#### [Data]
==========

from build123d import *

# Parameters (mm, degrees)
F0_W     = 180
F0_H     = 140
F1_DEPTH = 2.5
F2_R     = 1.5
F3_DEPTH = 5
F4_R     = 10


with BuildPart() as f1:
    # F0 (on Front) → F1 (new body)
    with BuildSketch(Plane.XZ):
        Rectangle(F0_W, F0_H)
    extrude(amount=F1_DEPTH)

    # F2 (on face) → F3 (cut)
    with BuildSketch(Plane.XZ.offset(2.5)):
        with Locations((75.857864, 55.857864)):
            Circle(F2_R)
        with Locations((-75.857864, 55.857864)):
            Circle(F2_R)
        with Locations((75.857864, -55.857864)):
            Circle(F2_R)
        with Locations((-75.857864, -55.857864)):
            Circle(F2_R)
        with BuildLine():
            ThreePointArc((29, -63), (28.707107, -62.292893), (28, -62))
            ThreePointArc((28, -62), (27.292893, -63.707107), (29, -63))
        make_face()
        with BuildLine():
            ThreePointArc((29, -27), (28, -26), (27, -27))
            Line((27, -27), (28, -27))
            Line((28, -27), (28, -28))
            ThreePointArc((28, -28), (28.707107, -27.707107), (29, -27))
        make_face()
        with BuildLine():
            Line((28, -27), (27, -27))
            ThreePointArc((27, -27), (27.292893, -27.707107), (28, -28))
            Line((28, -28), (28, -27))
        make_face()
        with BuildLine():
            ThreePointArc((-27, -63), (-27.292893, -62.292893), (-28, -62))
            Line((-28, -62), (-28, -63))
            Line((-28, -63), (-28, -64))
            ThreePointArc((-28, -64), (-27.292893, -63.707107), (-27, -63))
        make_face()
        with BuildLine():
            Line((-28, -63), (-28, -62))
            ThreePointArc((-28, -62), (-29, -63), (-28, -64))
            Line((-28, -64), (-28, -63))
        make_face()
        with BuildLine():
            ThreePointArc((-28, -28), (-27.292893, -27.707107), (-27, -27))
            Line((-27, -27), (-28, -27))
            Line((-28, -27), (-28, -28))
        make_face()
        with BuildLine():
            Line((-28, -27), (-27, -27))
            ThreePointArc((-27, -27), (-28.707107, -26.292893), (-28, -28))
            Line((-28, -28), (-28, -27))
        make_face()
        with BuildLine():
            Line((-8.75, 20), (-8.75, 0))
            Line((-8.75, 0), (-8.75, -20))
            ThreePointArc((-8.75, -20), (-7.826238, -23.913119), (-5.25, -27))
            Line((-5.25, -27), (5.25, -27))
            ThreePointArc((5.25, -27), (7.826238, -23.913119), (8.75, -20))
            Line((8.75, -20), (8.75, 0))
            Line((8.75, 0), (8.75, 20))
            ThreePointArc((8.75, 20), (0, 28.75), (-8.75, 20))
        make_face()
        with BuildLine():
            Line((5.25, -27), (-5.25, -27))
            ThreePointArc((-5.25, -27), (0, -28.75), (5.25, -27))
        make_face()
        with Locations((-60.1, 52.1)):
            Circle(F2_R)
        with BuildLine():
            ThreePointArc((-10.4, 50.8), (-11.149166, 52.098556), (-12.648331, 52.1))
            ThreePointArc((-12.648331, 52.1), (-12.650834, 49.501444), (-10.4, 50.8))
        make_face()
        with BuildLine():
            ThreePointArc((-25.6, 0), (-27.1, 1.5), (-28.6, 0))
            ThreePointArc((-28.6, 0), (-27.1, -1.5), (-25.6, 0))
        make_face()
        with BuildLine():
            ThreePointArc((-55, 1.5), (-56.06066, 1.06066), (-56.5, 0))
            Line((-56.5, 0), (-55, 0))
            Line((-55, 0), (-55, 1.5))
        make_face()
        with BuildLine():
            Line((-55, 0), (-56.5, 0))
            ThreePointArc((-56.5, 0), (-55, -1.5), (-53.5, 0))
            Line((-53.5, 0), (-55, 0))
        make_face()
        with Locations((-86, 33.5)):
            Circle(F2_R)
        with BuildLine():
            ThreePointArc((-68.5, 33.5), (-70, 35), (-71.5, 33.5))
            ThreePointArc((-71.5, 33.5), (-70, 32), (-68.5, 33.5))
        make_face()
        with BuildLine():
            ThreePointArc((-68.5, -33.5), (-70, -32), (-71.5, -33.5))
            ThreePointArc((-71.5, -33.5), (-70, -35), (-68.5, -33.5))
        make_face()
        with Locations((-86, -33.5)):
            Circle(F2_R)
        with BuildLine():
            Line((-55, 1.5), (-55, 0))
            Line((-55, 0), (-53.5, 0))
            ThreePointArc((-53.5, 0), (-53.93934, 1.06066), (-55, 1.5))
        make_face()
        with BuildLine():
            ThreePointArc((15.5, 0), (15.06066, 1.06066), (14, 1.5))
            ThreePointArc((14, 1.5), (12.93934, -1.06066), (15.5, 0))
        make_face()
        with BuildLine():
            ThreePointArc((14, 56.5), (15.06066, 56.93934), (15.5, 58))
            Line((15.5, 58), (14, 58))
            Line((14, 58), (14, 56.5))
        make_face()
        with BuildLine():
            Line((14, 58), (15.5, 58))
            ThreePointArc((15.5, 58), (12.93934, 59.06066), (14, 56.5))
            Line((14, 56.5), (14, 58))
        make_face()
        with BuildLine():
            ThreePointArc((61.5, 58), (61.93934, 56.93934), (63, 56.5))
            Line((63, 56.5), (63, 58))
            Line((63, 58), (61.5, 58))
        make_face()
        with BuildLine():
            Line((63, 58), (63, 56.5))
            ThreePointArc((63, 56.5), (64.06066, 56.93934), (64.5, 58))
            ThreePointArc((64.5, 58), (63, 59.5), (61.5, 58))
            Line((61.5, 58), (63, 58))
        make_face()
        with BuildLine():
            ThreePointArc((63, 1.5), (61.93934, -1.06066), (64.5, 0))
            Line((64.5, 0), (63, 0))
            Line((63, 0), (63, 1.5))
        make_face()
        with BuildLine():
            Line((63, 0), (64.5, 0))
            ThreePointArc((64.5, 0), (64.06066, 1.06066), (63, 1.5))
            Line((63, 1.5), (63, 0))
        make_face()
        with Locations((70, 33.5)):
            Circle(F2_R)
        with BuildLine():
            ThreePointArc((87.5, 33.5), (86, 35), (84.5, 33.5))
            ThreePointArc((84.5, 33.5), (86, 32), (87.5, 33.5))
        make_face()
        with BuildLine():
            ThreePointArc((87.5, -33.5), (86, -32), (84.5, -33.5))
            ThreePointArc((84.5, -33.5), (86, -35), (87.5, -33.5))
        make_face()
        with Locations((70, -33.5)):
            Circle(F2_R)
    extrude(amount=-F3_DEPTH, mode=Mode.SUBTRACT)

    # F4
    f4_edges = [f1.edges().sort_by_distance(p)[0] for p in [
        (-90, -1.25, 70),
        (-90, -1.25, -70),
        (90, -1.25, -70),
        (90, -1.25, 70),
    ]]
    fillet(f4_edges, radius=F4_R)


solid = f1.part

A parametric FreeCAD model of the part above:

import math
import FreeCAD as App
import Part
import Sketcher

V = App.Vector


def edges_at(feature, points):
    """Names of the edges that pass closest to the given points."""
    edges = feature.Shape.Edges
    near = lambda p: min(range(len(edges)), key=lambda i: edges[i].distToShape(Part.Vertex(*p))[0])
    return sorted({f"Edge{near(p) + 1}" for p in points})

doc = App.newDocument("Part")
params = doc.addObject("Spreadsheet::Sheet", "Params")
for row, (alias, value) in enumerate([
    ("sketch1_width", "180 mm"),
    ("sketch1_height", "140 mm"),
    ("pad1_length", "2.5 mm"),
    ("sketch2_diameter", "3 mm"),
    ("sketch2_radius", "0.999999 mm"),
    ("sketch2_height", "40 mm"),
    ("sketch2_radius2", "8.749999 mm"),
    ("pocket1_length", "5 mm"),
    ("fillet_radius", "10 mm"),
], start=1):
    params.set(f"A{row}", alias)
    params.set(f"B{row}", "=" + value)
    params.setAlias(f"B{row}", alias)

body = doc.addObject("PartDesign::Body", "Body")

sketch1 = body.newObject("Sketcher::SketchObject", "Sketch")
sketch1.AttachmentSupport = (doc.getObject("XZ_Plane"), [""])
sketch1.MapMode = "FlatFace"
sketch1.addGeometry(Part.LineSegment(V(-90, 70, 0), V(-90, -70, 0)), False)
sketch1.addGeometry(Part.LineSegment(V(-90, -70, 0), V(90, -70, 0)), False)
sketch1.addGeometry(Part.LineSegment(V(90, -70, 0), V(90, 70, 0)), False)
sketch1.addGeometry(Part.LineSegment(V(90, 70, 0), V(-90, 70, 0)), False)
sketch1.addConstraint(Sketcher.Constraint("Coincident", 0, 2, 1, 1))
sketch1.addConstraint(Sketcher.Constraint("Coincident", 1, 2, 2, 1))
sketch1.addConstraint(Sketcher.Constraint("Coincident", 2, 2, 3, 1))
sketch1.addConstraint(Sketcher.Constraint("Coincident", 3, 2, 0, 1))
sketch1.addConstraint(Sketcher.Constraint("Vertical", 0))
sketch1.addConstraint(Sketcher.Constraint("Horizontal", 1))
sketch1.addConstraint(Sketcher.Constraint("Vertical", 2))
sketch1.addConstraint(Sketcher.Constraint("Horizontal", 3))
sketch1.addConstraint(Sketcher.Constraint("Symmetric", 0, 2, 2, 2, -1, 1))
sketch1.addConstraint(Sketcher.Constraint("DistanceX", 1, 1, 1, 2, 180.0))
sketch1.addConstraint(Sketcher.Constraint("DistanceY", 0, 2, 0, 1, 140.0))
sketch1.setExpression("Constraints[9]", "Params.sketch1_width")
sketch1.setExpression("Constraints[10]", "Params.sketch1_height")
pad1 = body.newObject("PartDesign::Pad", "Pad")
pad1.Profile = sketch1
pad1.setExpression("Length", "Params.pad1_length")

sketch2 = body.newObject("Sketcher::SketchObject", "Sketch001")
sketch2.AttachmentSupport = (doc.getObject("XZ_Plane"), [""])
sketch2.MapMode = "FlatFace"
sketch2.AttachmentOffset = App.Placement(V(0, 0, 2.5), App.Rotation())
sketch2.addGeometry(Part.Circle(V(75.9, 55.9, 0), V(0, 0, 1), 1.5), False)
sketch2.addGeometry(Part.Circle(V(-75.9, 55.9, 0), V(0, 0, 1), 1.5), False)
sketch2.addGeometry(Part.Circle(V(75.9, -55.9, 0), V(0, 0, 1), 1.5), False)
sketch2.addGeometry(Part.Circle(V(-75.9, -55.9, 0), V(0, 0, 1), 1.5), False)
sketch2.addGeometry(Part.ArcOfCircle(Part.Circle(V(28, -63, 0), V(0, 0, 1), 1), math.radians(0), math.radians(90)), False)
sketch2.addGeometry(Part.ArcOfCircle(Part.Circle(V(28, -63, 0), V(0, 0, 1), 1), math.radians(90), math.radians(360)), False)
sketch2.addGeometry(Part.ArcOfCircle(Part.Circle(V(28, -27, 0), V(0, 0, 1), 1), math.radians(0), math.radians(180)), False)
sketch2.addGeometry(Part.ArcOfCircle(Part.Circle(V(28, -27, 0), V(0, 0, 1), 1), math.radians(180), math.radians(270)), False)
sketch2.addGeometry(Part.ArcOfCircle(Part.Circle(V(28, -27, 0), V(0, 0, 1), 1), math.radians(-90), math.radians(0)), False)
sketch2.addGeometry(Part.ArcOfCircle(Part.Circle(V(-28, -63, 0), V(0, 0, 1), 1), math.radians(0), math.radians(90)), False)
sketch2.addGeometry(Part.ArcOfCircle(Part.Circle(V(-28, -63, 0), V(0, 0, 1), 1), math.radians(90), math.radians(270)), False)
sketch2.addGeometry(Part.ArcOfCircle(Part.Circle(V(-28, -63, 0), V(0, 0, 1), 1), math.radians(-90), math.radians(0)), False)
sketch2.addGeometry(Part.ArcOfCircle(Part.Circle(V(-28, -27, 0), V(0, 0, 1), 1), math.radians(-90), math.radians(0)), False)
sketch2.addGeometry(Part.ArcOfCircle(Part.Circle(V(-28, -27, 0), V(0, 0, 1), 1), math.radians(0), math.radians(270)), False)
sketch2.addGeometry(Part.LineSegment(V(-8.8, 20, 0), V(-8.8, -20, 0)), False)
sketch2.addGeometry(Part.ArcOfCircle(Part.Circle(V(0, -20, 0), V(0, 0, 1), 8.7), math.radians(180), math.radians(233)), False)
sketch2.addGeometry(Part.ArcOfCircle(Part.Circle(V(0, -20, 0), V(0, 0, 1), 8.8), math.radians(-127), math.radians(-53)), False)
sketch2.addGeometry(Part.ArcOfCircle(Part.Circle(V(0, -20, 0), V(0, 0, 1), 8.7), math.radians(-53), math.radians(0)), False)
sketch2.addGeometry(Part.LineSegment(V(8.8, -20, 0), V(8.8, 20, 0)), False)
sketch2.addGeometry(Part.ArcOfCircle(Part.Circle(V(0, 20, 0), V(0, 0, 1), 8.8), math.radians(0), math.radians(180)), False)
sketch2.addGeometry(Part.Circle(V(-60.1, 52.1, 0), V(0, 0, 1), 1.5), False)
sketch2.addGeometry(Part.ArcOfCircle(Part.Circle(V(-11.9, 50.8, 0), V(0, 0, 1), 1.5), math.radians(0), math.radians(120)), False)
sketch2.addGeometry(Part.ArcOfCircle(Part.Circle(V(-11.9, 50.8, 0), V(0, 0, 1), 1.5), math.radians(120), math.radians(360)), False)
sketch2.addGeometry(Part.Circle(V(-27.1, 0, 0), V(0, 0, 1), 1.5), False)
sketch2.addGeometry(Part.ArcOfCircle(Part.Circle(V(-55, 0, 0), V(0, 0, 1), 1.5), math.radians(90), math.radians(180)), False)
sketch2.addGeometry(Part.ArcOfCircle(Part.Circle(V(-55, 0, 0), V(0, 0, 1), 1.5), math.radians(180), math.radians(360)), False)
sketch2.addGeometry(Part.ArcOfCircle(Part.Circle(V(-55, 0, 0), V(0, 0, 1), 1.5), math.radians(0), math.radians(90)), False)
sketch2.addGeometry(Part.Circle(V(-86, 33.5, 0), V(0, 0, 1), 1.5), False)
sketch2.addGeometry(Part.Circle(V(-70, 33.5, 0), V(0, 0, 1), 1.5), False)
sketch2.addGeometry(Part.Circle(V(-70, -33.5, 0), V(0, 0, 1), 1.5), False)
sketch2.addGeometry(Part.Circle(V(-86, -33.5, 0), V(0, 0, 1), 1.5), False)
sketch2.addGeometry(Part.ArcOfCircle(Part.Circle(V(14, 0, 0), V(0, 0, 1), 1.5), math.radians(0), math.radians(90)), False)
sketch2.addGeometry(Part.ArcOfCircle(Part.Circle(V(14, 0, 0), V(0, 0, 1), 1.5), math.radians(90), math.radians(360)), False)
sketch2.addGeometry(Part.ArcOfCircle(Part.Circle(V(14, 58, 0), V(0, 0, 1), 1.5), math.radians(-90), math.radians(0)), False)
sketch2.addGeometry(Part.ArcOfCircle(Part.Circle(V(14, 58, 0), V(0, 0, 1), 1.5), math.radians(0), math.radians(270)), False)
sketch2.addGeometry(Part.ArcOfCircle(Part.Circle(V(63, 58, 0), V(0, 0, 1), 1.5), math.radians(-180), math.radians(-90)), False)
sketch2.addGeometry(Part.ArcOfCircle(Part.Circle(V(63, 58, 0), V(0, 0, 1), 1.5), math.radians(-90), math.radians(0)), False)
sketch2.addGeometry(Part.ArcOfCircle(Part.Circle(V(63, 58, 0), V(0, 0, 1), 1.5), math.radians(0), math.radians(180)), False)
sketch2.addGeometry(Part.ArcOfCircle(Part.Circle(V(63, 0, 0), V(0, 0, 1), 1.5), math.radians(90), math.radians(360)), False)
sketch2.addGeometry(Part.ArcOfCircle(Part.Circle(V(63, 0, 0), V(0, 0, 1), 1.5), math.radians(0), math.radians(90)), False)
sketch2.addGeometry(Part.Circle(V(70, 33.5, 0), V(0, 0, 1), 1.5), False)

==========

#### [Task]
Of all the entries above, output exactly the lines between the one holding "fillet(f4_edges, radius=F4_R)" and the one holding "A parametric FreeCAD", inclusive.

#### [Output below]
    fillet(f4_edges, radius=F4_R)


solid = f1.part

A parametric FreeCAD model of the part above:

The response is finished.